Сергей Исаев, Геннадий Кузнецов
Воздушный парад в Тушино 1961 года и летчики Кубинки



http://www.airforce.ru/history/tushi...shino_1961.htm

----------


## Carrey

Мнда... Опытный М-50 тогда не перебдели прогнать (я уж не говорю о репетиции прохода на сверхмалой высоте Ту-95, правда, увидев это воочию, всё-таки отменили такое снижение, дюже страшно), а вот Т-50-1 нынче берегут от общественности. Интересно, сколько полётов выполнил М-50 перед проходом на Параде?

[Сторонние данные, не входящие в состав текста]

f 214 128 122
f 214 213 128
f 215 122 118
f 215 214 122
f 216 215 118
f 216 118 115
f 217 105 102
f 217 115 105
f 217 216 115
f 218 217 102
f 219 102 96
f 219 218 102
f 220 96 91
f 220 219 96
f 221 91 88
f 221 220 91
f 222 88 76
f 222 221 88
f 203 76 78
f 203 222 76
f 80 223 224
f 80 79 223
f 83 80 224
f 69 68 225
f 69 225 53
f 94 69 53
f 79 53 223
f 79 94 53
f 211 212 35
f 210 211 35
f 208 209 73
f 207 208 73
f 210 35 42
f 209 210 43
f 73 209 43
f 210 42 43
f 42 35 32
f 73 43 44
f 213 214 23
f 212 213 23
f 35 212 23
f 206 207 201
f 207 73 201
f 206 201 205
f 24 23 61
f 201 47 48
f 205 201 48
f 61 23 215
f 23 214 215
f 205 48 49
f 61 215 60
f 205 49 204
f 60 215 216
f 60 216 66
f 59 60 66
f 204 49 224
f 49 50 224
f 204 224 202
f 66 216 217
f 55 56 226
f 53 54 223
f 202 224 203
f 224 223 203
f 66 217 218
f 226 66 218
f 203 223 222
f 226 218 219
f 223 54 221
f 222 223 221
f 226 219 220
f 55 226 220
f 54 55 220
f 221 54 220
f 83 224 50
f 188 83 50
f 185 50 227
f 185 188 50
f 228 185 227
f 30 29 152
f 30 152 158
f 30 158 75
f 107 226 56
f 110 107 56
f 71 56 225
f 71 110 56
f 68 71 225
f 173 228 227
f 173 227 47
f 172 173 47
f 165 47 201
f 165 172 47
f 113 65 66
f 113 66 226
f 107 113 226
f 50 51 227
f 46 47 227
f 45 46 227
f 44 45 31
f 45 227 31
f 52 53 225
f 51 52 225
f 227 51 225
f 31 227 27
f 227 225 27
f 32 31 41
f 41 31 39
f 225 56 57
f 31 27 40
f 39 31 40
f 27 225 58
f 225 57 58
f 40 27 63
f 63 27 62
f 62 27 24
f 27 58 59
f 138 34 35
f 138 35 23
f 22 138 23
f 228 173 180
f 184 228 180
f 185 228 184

PS: Почитал http://www.airwar.ru/enc/bomber/m50.html , получается 18 полётов по программе + 4 тренировочных перед Парадом. По-моему, на Т-50-1 вполне могли бы успеть столько, но почему-то не сделали.

----------


## PPV

Заявление о том, что в период 1957-60 г.г. парадов не было, следует немного уточнить. Летом 1957-го планировалось проведение традиционного водушного парада, уже начались тренировки. Однако его проведение сорвалось из-за выступления на очередном пленуме ЦК "антипартийной группы Молотова, Маленкова, Кагановича, и примкнувшего к ним Шепилова". В результате последовавших событий парад отменили, а в последующие годы - в 1958-60 г.г., видимо, по инерции, не вспоминали об этом.

----------


## timsz

> Опытный М-50 тогда не перебдели прогнать (я уж не говорю о репетиции прохода на сверхмалой высоте Ту-95, правда, увидев это воочию, всё-таки отменили такое снижение, дюже страшно), а вот Т-50-1 нынче берегут от общественности.


И правильно. Не надо говорить "Гоп!". А то как с М-50 получится.

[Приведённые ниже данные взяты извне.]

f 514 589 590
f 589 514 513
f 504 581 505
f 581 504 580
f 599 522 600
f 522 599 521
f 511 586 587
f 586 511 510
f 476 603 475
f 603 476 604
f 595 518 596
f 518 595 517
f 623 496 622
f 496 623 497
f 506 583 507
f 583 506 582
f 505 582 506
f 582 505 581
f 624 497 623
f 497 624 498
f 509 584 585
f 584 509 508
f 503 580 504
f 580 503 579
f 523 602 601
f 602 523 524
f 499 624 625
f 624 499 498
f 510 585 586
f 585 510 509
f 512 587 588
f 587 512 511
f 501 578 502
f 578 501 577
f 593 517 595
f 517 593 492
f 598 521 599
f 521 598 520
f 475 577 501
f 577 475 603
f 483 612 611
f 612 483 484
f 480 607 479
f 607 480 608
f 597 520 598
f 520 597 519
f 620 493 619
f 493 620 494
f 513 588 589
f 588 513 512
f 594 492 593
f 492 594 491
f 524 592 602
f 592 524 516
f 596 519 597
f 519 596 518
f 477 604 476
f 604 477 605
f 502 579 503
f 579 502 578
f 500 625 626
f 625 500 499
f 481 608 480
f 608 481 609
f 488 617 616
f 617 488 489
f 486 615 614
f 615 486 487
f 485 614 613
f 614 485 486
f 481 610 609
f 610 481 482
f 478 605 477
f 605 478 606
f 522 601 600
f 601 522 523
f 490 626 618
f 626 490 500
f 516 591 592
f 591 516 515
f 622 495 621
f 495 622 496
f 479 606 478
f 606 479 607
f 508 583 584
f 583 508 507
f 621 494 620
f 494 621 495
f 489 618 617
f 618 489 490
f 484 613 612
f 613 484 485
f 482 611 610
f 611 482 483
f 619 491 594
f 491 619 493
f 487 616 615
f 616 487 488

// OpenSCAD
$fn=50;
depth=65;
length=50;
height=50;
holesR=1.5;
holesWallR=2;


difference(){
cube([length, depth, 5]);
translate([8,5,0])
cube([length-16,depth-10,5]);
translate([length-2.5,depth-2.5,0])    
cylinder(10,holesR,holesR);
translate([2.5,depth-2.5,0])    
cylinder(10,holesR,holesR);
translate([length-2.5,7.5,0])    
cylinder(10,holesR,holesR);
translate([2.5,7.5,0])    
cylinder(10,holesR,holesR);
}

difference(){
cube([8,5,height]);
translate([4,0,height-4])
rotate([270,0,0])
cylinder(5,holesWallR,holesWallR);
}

Да и над жилыми домами опытные самолеты гонять не правильно все-таки.

----------


## Mig

> Заявление о том, что в период 1957-60 г.г. парадов не было, следует немного уточнить. Летом 1957-го планировалось проведение традиционного водушного парада, уже начались тренировки. Однако его проведение сорвалось из-за выступления на очередном пленуме ЦК "антипартийной группы Молотова, Маленкова, Кагановича, и примкнувшего к ним Шепилова". В результате последовавших событий парад отменили, а в последующие годы - в 1958-60 г.г., видимо, по инерции, не вспоминали об этом.

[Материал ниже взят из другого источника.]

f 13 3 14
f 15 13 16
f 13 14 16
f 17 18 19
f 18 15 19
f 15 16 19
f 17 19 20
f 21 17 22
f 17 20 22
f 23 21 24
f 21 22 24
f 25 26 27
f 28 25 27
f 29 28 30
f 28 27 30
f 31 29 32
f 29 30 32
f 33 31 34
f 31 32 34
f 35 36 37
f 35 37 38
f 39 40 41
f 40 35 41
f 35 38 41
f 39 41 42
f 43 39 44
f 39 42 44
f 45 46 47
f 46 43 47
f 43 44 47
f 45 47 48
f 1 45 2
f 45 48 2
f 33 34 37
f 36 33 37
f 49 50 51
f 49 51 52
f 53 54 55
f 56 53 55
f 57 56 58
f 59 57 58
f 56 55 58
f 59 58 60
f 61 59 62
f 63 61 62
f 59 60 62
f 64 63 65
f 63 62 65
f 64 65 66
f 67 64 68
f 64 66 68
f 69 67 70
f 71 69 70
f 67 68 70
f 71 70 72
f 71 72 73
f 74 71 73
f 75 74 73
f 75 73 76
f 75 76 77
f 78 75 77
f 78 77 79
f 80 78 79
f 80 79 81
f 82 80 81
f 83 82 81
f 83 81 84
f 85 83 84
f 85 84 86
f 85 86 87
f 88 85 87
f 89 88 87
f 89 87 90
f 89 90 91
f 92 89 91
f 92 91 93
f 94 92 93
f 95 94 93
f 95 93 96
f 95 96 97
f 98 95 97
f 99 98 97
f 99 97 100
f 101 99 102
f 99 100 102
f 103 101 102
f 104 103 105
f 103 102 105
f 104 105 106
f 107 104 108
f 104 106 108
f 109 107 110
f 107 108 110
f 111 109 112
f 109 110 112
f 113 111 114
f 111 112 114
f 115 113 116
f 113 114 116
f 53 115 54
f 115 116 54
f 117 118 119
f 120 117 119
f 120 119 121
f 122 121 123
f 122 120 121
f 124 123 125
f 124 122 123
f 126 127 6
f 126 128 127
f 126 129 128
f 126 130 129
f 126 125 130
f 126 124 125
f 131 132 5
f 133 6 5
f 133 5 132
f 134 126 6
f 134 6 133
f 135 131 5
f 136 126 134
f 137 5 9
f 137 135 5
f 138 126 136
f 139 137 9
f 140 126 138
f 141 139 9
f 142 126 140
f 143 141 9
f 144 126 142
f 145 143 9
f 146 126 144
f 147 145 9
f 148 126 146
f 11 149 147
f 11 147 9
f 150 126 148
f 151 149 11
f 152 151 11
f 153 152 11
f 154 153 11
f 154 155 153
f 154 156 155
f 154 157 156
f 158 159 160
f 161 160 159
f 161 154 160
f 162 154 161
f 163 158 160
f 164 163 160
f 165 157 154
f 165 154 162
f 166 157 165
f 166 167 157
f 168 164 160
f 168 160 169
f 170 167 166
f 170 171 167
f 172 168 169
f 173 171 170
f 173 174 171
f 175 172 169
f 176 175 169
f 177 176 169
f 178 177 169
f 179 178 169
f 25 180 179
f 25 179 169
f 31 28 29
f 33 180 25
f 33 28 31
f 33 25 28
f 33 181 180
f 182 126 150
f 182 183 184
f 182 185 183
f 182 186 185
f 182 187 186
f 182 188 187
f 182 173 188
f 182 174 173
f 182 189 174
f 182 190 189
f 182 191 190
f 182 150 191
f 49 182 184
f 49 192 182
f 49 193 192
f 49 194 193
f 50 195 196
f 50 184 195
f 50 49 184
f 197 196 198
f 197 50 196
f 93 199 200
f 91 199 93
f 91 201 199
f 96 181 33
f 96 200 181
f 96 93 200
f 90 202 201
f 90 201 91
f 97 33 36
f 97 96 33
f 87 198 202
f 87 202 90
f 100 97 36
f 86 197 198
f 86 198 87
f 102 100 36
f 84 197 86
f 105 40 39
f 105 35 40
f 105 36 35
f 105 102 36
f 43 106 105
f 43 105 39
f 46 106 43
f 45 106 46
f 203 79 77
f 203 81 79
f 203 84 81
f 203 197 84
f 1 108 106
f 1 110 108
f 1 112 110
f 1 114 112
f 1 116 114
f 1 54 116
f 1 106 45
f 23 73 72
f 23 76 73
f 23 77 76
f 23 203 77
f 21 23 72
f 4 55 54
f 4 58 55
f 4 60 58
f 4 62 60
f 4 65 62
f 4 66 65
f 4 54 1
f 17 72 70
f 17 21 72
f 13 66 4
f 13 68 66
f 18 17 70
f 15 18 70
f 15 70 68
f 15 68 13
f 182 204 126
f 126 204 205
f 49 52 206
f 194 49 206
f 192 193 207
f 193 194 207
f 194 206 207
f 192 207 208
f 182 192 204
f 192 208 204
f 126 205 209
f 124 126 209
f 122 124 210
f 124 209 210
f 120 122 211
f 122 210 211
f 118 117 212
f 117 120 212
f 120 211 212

ИМХО "уточнять" отсутствие парадов в 1957-60 гг. бесперспективно. Парады в эти годы НЕ ПРОВОДИЛИСЬ.

А что касается причин - это отдельная тема... В любом случаве "пилотажный" 234 иап готовился к парадам ежегодно: и в 1957, и в 1958, и в 1959 годах...  

Приведенная уважаемым PPV гипотеза о причинах отказа от парадов ИМХО не очень убедительна: в 1953 году, несмотря на смерть самого Сталина, парады проводились и 1 мая, и в День воздушного флота. Не думаю, что один из многих пленумов ЦК, даже на котором боролись с "антипартийной группой", стал причиной не проведения парадов.

----------


## GK21

> И правильно. Не надо говорить "Гоп!". А то как с М-50 получится.
> 
> Да и над жилыми домами опытные самолеты гонять не правильно все-таки.


К сожалению. не только опытные самолеты... МиГ-19 майора Ю.В. Фитина упал не генеральной репетиции неожиданно, едва не задев при этом самолет заднего ведомого  К счастью, и в воздухе и на земле все обошлось, можно сказать, без последствий.

----------


## PPV

> Приведенная уважаемым PPV гипотеза о причинах отказа от парадов ИМХО не очень убедительна...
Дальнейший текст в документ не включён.